Ad hoc was a legal principle that gave judges the right to permit attorneys not licensed in their jurisdiction to appear before their courts. Thus a California judge could permit a New York attorney to practice before a California court for the limited purpose of representing a particular client. Usually, the out-of-state lawyer had to associate a local attorney in the matter. In this case, an attorney licensed in one country was requesting the right to appear as trial counsel in an entirely different country.
“It’s a bit unusual,” Hall said, “but since you are an attorney from a common-law country with similar procedures and rules of evidence, we believe no serious obstacle will be raised. The fact that Anthony Trent will be lead counsel will clinch it, of course.”

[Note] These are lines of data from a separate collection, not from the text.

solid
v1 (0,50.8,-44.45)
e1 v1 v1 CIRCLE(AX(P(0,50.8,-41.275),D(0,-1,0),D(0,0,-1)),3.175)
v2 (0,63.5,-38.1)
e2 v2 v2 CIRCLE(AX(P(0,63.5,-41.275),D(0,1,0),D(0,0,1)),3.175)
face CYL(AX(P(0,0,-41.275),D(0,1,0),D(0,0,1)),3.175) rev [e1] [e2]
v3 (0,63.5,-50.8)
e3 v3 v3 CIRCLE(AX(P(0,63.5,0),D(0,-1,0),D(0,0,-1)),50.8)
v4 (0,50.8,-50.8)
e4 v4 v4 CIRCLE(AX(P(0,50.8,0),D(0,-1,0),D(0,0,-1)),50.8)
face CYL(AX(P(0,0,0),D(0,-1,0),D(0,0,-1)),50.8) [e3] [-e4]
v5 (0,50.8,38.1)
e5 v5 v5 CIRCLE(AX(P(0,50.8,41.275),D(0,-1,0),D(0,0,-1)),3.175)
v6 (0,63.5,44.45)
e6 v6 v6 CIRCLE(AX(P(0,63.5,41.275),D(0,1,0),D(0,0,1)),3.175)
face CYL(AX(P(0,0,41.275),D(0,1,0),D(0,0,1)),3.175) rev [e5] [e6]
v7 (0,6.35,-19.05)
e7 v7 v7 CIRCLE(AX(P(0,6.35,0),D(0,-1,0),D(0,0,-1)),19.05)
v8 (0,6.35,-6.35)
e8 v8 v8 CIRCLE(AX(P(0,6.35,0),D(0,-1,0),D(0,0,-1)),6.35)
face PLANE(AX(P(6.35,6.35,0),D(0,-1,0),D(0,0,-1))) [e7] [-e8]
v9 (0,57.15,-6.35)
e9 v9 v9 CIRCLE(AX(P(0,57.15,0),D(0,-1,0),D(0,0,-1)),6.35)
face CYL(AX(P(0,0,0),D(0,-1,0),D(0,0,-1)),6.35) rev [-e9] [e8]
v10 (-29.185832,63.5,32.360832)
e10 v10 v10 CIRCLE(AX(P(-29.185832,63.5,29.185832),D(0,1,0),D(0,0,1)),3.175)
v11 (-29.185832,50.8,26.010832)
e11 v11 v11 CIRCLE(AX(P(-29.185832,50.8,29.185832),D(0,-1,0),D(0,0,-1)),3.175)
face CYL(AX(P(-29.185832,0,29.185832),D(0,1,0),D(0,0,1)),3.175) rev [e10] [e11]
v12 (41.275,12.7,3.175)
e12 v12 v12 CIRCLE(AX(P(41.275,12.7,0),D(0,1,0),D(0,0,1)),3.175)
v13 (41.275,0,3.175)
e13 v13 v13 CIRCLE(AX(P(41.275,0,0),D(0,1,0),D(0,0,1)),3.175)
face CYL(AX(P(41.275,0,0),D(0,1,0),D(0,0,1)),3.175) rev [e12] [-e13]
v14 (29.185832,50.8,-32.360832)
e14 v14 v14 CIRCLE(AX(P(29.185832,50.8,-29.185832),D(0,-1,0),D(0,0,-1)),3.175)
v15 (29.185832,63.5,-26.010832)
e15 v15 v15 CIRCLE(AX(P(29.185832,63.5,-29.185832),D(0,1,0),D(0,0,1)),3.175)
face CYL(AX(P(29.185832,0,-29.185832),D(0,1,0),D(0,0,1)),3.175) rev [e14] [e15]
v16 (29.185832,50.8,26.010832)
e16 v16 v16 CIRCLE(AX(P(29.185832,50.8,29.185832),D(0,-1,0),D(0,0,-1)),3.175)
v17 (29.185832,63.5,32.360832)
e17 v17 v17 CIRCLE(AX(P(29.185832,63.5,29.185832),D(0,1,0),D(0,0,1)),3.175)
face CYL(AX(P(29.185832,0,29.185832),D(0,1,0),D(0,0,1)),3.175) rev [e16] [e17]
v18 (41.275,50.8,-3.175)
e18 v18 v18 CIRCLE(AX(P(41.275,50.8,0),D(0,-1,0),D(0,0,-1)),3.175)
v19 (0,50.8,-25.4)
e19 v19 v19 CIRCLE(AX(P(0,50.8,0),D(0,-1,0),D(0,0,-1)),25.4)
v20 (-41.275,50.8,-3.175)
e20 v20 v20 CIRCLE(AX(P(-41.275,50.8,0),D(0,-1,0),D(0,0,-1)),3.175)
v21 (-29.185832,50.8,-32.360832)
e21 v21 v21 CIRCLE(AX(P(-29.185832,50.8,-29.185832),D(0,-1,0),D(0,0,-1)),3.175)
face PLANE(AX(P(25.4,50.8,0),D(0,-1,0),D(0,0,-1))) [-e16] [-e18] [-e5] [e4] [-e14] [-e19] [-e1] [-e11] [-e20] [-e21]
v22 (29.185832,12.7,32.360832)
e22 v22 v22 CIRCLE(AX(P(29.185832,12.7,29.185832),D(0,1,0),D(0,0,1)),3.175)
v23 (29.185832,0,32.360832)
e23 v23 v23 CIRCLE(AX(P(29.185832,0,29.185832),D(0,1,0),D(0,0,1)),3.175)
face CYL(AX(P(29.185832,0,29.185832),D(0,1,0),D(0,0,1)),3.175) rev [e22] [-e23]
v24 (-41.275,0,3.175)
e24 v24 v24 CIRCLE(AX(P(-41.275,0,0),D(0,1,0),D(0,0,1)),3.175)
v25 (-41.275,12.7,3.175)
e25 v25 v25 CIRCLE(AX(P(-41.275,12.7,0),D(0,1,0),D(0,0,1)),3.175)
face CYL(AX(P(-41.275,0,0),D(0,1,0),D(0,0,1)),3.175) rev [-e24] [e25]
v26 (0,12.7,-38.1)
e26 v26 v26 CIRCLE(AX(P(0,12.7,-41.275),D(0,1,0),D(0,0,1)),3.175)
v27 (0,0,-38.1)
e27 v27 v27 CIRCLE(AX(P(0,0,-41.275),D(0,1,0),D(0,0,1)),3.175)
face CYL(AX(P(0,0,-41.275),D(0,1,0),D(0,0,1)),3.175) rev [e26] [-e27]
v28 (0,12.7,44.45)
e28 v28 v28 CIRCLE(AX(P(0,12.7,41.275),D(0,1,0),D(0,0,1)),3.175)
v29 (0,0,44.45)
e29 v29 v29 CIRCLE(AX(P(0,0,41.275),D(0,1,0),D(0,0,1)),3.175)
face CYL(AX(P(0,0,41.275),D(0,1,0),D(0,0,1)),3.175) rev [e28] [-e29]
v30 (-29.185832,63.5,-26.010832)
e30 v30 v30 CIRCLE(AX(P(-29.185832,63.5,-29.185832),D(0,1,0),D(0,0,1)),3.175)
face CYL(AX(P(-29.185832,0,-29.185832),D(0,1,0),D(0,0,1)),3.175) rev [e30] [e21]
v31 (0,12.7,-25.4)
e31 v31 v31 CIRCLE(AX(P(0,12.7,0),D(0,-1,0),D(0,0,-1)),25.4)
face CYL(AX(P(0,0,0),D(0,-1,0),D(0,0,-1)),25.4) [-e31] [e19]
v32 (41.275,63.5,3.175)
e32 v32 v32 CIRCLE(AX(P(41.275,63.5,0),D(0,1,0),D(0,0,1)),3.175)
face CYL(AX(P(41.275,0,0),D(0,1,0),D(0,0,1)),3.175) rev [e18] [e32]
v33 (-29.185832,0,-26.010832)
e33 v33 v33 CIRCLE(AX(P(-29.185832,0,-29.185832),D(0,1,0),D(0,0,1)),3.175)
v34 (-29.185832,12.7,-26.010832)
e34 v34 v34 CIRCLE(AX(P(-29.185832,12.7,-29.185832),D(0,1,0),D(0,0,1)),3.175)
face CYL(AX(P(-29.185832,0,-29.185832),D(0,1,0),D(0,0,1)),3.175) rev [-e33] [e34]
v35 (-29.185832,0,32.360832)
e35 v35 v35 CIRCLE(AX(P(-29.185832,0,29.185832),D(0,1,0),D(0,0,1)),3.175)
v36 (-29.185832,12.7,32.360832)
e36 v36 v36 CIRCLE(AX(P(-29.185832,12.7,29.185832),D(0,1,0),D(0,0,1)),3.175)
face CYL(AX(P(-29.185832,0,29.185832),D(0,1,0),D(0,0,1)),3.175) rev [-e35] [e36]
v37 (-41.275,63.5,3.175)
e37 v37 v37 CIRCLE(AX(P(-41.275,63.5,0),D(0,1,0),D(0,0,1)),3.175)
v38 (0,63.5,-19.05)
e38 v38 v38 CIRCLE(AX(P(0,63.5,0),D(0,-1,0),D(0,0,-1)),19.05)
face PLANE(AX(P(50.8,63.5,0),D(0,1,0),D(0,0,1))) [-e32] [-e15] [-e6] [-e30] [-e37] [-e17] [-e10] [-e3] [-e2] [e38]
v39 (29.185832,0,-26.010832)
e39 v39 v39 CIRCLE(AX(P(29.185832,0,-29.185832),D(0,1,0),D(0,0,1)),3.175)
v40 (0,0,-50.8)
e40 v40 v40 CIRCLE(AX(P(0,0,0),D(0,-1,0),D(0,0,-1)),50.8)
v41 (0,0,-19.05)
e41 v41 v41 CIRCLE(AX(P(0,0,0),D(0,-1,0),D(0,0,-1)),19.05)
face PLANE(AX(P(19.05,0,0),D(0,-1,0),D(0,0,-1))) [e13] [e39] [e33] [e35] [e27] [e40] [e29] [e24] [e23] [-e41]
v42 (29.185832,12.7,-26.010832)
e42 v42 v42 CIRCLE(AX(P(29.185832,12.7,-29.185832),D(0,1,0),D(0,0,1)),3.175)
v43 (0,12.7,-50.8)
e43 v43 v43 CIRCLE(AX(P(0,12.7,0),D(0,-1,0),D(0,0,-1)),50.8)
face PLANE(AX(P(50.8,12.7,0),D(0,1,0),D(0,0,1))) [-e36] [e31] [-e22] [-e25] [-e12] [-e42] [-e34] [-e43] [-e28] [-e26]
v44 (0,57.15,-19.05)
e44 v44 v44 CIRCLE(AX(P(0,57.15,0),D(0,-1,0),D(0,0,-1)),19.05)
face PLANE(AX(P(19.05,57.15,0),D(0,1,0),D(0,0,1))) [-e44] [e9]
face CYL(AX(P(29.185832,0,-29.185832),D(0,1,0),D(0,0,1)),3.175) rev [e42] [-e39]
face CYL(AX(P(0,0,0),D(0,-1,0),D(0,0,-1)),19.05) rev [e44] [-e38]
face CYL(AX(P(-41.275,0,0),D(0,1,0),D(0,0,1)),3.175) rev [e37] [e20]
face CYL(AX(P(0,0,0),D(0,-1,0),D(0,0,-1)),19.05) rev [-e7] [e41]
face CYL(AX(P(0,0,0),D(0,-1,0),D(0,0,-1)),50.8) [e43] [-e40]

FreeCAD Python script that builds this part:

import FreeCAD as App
import Part
import Sketcher

V = App.Vector
Q = App.Units.Quantity


def add_polygon(sketch, points):
    """Adds a closed chain of lines whose ends are joined by coincident constraints."""
    first, n = sketch.GeometryCount, len(points)
    for a, b in zip(points, points[1:] + points[:1]):
        sketch.addGeometry(Part.LineSegment(App.Vector(*a, 0), App.Vector(*b, 0)), False)
    for i in range(n):
        sketch.addConstraint(Sketcher.Constraint("Coincident", first + i, 2, first + (i + 1) % n, 1))

doc = App.newDocument("Part")
body = doc.addObject("PartDesign::Body", "Body")

# Sketch on XY plane
sketch1 = doc.addObject("Sketcher::SketchObject", "Sketch")
body.addObject(sketch1)
sketch1.AttachmentSupport = (doc.XY_Plane, [""])
sketch1.MapMode = "FlatFace"
add_polygon(sketch1, [(19.05, 0), (50.8, 0), (50.8, 12.7), (25.4, 12.7), (25.4, 50.8), (50.8, 50.8), (50.8, 63.5), (19.05, 63.5), (19.05, 57.15), (6.35, 57.15), (6.35, 6.35), (19.05, 6.35)])  # lines 0-11
sketch1.addConstraint(Sketcher.Constraint("Horizontal", 0))
sketch1.addConstraint(Sketcher.Constraint("Vertical", 1))
sketch1.addConstraint(Sketcher.Constraint("Horizontal", 2))
sketch1.addConstraint(Sketcher.Constraint("Vertical", 3))
sketch1.addConstraint(Sketcher.Constraint("Horizontal", 4))
sketch1.addConstraint(Sketcher.Constraint("Vertical", 5))
sketch1.addConstraint(Sketcher.Constraint("Horizontal", 6))
sketch1.addConstraint(Sketcher.Constraint("Vertical", 7))
sketch1.addConstraint(Sketcher.Constraint("Horizontal", 8))
sketch1.addConstraint(Sketcher.Constraint("Vertical", 9))
sketch1.addConstraint(Sketcher.Constraint("Horizontal", 10))
sketch1.addConstraint(Sketcher.Constraint("Vertical", 11))
sketch1.addConstraint(Sketcher.Constraint("PointOnObject", 0, 2, -1))
sketch1.addConstraint(Sketcher.Constraint("Vertical", 1, 2, 4, 2))
sketch1.addConstraint(Sketcher.Constraint("Vertical", 7, 2, 10, 2))
sketch1.addConstraint(Sketcher.Constraint("Equal", 10, 1))
sketch1.addConstraint(Sketcher.Constraint("Equal", 1, 5))
sketch1.addConstraint(Sketcher.Constraint("Equal", 7, 11))
sketch1.addConstraint(Sketcher.Constraint("DistanceX", 2, 2, 2, 1, Q("1 in")))
sketch1.addConstraint(Sketcher.Constraint("DistanceY", 9, 2, 9, 1, Q("2 in")))
sketch1.addConstraint(Sketcher.Constraint("DistanceX", 8, 2, 8, 1, Q("0.5 in")))
sketch1.addConstraint(Sketcher.Constraint("DistanceY", 3, 1, 3, 2, Q("1.5 in")))
sketch1.addConstraint(Sketcher.Constraint("DistanceX", -1, 1, 0, 2, Q("2 in")))
sketch1.addConstraint(Sketcher.Constraint("DistanceX", 0, 1, 0, 2, Q("1.25 in")))
revolution = doc.addObject("PartDesign::Revolution", "Revolution")
body.addObject(revolution)
revolution.Profile = sketch1
revolution.ReferenceAxis = (sketch1, ["V_Axis"])
revolution.Angle = 360

# Sketch on XZ plane
sketch2 = doc.addObject("Sketcher::SketchObject", "Sketch001")
body.addObject(sketch2)
sketch2.AttachmentSupport = (doc.XZ_Plane, [""])
sketch2.MapMode = "FlatFace"
sketch2.AttachmentOffset = App.Placement(V(0, 0, -2.5 * 25.4), App.Rotation())
sketch2.addGeometry(Part.Circle(V(41.275, 0, 0), V(0, 0, 1), 3.175), False)
sketch2.addGeometry(Part.Circle(V(29.185832, 29.185832, 0), V(0, 0, 1), 3.175), False)
sketch2.addGeometry(Part.Circle(V(0, 41.275, 0), V(0, 0, 1), 3.175), False)
sketch2.addGeometry(Part.Circle(V(-29.185832, 29.185832, 0), V(0, 0, 1), 3.175), False)
sketch2.addGeometry(Part.Circle(V(-41.275, 0, 0), V(0, 0, 1), 3.175), False)
sketch2.addGeometry(Part.Circle(V(-29.185832, -29.185832, 0), V(0, 0, 1), 3.175), False)
sketch2.addGeometry(Part.Circle(V(0, -41.275, 0), V(0, 0, 1), 3.175), False)
sketch2.addGeometry(Part.Circle(V(29.185832, -29.185832, 0), V(0, 0, 1), 3.175), False)
sketch2.addConstraint(Sketcher.Constraint("Equal", 0, 1))
sketch2.addConstraint(Sketcher.Constraint("Equal", 1, 2))
sketch2.addConstraint(Sketcher.Constraint("Equal", 2, 3))
sketch2.addConstraint(Sketcher.Constraint("Equal", 3, 4))
sketch2.addConstraint(Sketcher.Constraint("Equal", 4, 5))
sketch2.addConstraint(Sketcher.Constraint("Equal", 5, 6))
sketch2.addConstraint(Sketcher.Constraint("Equal", 6, 7))
sketch2.addConstraint(Sketcher.Constraint("Symmetric", 0, 3, 4, 3, -1, 1))
sketch2.addConstraint(Sketcher.Constraint("Symmetric", 1, 3, 5, 3, -1, 1))
sketch2.addConstraint(Sketcher.Constraint("Symmetric", 2, 3, 6, 3, -1, 1))
sketch2.addConstraint(Sketcher.Constraint("Symmetric", 3, 3, 7, 3, -1, 1))
sketch2.addConstraint(Sketcher.Constraint("Symmetric", 1, 3, 3, 3, -2))
sketch2.addConstraint(Sketcher.Constraint("PointOnObject", 0, 3, -1))
sketch2.addConstraint(Sketcher.Constraint("PointOnObject", 2, 3, -2))
sketch2.addConstraint(Sketcher.Constraint("Diameter", 0, Q("0.25 in")))
sketch2.addConstraint(Sketcher.Constraint("DistanceX", 4, 3, 0, 3, Q("3.25 in")))
sketch2.addConstraint(Sketcher.Constraint("DistanceY", -1, 1, 2, 3, Q("1.625 in")))
sketch2.addConstraint(Sketcher.Constraint("DistanceX", -1, 1, 1, 3, 29.185832))
sketch2.addConstraint(Sketcher.Constraint("DistanceY", -1, 1, 1, 3, 29.185832))
pocket1 = doc.addObject("PartDesign::Pocket", "Pocket")
body.addObject(pocket1)
pocket1.Profile = sketch2
pocket1.Type = "ThroughAll"
pocket1.Reversed = True

doc.recompute()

Marlowe let the “lead counsel” remark pass. She intended to cooperate fully with Trent and the princess’s other British lawyers, but she had made it clear in her brief conversation with the princess that she would only come aboard if she had the last say on the defense. Marlowe was not a team player. Teams were committees and her feeling about committees was summed up by someone’s observation that a giraffe was a horse designed by a committee—or was it a camel?